For children with severe, progressive, medically recalcitrant PH, bilateral lung transplantation remains the ultimate palliative option. Whether a Potts shunt can provide a similar survival rate as lung transplantation requires more data. A more immediate question, however, is whether having a Potts shunt precludes further consideration for lung transplantation. There is one reported case from the Paris series of a child who had a Potts shunt and subsequently underwent successful lung transplantation.25 This child initially did well post-shunt with clinical improvement and weaning from her intravenous epoprostenol. However, six years after her shunt, she developed severe, persistent hemoptysis and was listed for transplant. On the day of her transplant, her shunt was closed with a covered stent prior to her operation. From the St Louis experience, three children post-shunt came to transplant, two from progressive RV failure and one for hemoptysis (personal observation). At the time of transplant, two were on relatively high doses of IV prostacyclins and one was on veno-venous ECMO. All three transplants were marked by severe bleeding which resulted in two of the children dying post-operatively. The one survivor recovered fully. Reasons for the profound bleeding are likely multifold and include the known risk that prior thoracotomies have on chest wall neo-vascularization and lung adhesions, failure to adequately control the shunt at the time of transplant, and clotting derangements due to medications such as prostacyclins. One technical modification that might reduce these complications is to place a shunt through a sternotomy.
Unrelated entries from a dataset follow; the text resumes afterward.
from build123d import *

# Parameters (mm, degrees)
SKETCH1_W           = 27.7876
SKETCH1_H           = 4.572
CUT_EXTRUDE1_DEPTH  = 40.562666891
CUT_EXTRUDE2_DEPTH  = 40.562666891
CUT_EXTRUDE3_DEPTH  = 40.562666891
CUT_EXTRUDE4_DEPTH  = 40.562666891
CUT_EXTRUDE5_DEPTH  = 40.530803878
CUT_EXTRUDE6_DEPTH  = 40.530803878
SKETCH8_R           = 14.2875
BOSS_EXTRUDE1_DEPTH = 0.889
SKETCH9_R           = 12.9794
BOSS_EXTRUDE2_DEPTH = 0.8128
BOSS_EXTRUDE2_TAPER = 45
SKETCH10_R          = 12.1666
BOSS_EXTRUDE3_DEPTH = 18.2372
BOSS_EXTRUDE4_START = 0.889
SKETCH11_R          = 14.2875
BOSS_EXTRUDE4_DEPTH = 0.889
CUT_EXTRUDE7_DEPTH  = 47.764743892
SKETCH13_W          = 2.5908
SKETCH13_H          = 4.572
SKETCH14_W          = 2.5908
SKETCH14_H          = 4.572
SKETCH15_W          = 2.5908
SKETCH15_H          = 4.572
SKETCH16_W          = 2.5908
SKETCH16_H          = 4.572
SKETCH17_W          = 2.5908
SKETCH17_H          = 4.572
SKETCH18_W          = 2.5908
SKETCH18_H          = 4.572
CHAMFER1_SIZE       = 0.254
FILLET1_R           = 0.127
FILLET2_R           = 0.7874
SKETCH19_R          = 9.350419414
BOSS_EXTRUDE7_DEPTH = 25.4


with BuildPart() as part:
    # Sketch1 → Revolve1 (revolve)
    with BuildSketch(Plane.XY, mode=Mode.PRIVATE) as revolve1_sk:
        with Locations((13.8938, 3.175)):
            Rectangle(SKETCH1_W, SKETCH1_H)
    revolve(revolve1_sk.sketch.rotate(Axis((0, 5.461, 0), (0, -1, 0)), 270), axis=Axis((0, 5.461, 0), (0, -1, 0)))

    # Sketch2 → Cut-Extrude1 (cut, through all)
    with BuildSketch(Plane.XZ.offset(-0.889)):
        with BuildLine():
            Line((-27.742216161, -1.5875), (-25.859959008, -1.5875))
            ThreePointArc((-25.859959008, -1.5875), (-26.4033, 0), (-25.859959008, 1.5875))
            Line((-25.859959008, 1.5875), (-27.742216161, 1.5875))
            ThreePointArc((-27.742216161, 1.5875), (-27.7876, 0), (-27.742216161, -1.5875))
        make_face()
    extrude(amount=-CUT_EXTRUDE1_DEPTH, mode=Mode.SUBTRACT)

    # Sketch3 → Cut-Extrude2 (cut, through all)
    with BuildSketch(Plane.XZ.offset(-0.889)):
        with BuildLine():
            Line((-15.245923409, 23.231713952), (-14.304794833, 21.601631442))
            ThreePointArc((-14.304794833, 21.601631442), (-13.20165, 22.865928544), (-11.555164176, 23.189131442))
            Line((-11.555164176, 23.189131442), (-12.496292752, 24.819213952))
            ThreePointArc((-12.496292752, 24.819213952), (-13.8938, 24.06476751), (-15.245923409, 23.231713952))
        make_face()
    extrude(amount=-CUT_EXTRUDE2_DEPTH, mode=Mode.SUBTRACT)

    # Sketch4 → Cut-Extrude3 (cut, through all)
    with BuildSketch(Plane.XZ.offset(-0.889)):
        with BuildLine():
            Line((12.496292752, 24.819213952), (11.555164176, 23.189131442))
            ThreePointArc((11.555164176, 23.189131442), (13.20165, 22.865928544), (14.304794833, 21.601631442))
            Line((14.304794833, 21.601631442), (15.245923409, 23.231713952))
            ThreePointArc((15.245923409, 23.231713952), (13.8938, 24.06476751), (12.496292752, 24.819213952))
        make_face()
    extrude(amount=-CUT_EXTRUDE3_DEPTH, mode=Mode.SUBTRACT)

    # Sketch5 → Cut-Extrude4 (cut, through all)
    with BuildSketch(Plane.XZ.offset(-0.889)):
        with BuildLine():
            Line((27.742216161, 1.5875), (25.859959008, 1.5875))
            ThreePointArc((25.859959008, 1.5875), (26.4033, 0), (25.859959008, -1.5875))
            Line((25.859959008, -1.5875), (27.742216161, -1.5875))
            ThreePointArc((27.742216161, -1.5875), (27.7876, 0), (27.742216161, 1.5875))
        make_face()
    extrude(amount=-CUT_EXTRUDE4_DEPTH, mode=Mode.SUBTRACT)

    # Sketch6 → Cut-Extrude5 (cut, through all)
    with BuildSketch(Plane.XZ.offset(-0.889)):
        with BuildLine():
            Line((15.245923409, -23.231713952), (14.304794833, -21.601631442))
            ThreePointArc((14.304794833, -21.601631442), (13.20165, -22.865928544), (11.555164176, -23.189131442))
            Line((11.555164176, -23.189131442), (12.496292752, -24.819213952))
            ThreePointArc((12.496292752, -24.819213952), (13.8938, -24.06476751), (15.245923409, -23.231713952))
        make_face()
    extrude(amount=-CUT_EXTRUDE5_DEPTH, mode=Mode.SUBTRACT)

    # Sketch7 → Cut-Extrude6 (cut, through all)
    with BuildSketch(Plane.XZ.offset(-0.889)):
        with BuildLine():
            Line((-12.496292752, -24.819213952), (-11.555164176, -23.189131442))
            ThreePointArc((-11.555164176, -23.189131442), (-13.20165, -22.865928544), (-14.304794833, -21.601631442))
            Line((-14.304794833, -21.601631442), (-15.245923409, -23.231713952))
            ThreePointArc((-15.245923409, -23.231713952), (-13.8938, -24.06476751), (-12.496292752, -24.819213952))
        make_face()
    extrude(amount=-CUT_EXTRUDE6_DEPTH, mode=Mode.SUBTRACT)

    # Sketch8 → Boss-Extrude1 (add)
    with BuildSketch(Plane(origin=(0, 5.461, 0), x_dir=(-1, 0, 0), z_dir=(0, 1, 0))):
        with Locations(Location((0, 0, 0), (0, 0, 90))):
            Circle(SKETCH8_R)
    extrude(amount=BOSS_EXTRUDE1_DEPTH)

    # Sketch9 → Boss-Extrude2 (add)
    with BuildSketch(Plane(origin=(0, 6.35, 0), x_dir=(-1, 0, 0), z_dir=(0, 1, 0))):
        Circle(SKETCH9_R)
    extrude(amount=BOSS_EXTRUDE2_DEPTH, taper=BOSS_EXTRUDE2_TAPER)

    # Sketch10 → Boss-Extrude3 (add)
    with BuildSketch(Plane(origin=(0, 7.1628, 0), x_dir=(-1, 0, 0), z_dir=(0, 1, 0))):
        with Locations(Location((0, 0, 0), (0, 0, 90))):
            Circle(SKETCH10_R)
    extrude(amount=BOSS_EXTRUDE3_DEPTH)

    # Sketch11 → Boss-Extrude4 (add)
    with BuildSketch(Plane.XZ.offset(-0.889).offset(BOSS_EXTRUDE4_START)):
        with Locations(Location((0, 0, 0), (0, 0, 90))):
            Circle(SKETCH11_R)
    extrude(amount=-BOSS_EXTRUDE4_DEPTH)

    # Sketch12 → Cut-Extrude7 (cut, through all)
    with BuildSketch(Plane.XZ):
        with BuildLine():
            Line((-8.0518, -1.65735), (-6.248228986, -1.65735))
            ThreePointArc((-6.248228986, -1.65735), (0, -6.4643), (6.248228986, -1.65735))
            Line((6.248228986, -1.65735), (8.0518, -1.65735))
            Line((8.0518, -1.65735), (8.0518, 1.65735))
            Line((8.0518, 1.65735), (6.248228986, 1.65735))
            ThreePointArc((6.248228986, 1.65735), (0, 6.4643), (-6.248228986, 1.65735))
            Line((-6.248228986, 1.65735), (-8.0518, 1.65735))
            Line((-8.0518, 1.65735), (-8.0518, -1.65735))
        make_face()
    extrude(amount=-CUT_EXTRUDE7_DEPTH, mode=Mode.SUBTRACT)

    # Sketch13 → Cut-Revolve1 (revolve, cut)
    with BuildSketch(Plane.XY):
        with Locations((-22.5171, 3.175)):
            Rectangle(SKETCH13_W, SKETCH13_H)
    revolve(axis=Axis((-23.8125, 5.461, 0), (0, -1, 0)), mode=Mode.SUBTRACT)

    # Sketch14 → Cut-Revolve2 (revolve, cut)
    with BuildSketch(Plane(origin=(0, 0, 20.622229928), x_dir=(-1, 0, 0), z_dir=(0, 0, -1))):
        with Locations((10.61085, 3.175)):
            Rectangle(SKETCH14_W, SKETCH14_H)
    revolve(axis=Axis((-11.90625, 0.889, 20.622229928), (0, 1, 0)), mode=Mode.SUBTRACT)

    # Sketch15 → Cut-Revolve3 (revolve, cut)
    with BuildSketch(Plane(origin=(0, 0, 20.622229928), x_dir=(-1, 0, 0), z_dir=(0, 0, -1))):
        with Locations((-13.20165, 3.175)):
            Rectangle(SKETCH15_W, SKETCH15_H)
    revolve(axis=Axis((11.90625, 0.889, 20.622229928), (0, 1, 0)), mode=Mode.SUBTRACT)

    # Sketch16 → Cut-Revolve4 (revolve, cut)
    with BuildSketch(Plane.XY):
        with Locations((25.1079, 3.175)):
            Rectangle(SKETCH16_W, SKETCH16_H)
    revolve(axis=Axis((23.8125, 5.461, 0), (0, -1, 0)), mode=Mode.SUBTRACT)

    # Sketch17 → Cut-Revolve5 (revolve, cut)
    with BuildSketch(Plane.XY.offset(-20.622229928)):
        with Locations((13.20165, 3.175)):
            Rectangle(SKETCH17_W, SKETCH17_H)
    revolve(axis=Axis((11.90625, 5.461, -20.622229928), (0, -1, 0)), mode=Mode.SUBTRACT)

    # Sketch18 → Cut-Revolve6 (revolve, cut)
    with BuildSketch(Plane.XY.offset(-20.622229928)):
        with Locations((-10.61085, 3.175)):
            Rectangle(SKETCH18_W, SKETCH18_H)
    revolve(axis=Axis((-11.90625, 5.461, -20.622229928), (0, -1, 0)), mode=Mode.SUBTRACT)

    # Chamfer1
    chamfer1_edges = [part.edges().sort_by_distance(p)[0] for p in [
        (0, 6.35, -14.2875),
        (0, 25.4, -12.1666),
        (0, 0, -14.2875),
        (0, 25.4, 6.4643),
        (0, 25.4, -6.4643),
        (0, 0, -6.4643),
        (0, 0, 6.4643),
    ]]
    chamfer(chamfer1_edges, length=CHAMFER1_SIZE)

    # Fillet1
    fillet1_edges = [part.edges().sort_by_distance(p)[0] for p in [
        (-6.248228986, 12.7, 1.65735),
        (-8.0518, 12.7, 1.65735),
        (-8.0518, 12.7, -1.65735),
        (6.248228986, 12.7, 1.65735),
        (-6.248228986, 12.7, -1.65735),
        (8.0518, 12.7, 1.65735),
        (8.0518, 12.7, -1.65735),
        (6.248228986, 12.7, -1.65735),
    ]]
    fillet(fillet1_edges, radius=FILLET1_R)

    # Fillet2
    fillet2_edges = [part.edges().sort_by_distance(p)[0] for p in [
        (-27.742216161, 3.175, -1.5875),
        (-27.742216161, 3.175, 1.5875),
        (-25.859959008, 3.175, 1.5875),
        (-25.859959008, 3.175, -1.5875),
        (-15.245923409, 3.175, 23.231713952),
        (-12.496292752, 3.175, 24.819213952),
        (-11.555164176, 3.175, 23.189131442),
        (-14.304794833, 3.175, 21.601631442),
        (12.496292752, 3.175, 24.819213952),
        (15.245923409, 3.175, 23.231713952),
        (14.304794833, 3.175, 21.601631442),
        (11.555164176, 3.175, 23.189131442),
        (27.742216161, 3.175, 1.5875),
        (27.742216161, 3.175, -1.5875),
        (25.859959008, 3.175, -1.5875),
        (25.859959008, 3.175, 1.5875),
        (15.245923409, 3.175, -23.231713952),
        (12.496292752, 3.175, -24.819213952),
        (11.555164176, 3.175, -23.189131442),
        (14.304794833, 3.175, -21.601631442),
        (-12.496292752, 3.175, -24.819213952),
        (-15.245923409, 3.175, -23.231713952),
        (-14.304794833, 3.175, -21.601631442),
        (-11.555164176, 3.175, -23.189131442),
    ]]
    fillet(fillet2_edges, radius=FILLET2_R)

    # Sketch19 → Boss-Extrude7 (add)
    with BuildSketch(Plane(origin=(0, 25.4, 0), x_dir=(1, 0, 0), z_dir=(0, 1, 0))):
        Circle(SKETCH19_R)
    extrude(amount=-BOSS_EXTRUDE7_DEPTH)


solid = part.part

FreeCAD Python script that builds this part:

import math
import FreeCAD as App
import Part
import Sketcher
Q = App.Units.Quantity


def edges_at(feature, points):
    """Names of the edges that pass closest to the given points."""
    edges = feature.Shape.Edges
    near = lambda p: min(range(len(edges)), key=lambda i: edges[i].distToShape(Part.Vertex(*p))[0])
    return sorted({f"Edge{near(p) + 1}" for p in points})


def add_polygon(sketch, points):
    """Adds a closed chain of lines whose ends are joined by coincident constraints."""
    first, n = sketch.GeometryCount, len(points)
    for a, b in zip(points, points[1:] + points[:1]):
        sketch.addGeometry(Part.LineSegment(App.Vector(*a, 0), App.Vector(*b, 0)), False)
    for i in range(n):
        sketch.addConstraint(Sketcher.Constraint("Coincident", first + i, 2, first + (i + 1) % n, 1))

doc = App.newDocument("Part")
params = doc.addObject("Spreadsheet::Sheet", "Params")
for row, (alias, value) in enumerate([
    ("sketch1_height", "0.18 in"),
    ("sketch1_width", "1.094 in"),
    ("revolution_angle", "360 deg"),
    ("sketch2_radius", "0.102 in"),
    ("sketch2_radius2", "1.094 in"),
    ("sketch3_radius", "0.102 in"),
    ("sketch3_radius2", "1.094 in"),
    ("sketch4_radius", "0.102 in"),
    ("sketch4_radius2", "1.094 in"),
    ("sketch5_radius", "0.102 in"),
    ("sketch5_radius2", "1.094 in"),
    ("sketch6_radius", "0.102 in"),
    ("sketch6_radius2", "1.094 in"),
    ("sketch7_radius", "0.102 in"),
    ("sketch7_radius2", "1.094 in"),
    ("sketch8_diameter", "1.125 in"),
    ("pad1_length", "0.035 in"),
    ("sketch9_diameter", "1.022 in"),
    ("pad2_length", "0.032 in"),
    ("pad2_taper", "-45 deg"),
    ("sketch10_diameter", "0.958 in"),
    ("pad3_length", "0.718 in"),
    ("sketch11_diameter", "1.125 in"),
    ("pad4_length", "0.035 in"),
    ("sketch13_height", "0.18 in"),
    ("sketch13_width", "0.102 in"),
    ("groove_angle", "360 deg"),
    ("sketch14_height", "0.18 in"),
    ("sketch14_width", "0.102 in"),
    ("groove2_angle", "360 deg"),
    ("sketch15_height", "0.18 in"),
    ("sketch15_width", "0.102 in"),
    ("groove3_angle", "360 deg"),
    ("sketch16_height", "0.18 in"),
    ("sketch16_width", "0.102 in"),
    ("groove4_angle", "360 deg"),
    ("sketch17_height", "0.18 in"),
    ("sketch17_width", "0.102 in"),
    ("groove5_angle", "360 deg"),
    ("sketch18_height", "0.18 in"),
    ("sketch18_width", "0.102 in"),
    ("groove6_angle", "360 deg"),
    ("chamfer_size", "0.01 in"),
    ("fillet_radius", "0.005 in"),
    ("fillet2_radius", "0.031 in"),
    ("pad5_length", "1 in"),
], start=1):
    params.set(f"A{row}", alias)
    params.set(f"B{row}", "=" + value)
    params.setAlias(f"B{row}", alias)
This approach could potentially reduce lung adhesions, provide better control of the shunt at the time of transplant, and eliminate the need for any additional peri-operative procedures.24Overall, while having a Potts shunt does not prevent future consideration of lung transplantation, it does appear to increase the risk and technical challenge of the operation. Lung transplantation in of itself is a complex procedure. Consequently, performing one on a child who has had a Potts shunt is not something every transplant center is willing to consider. Therefore, before proceeding with a Potts shunt, frank discussions with families about possible future limitations and risks would obviously be important in helping them make informed decisions.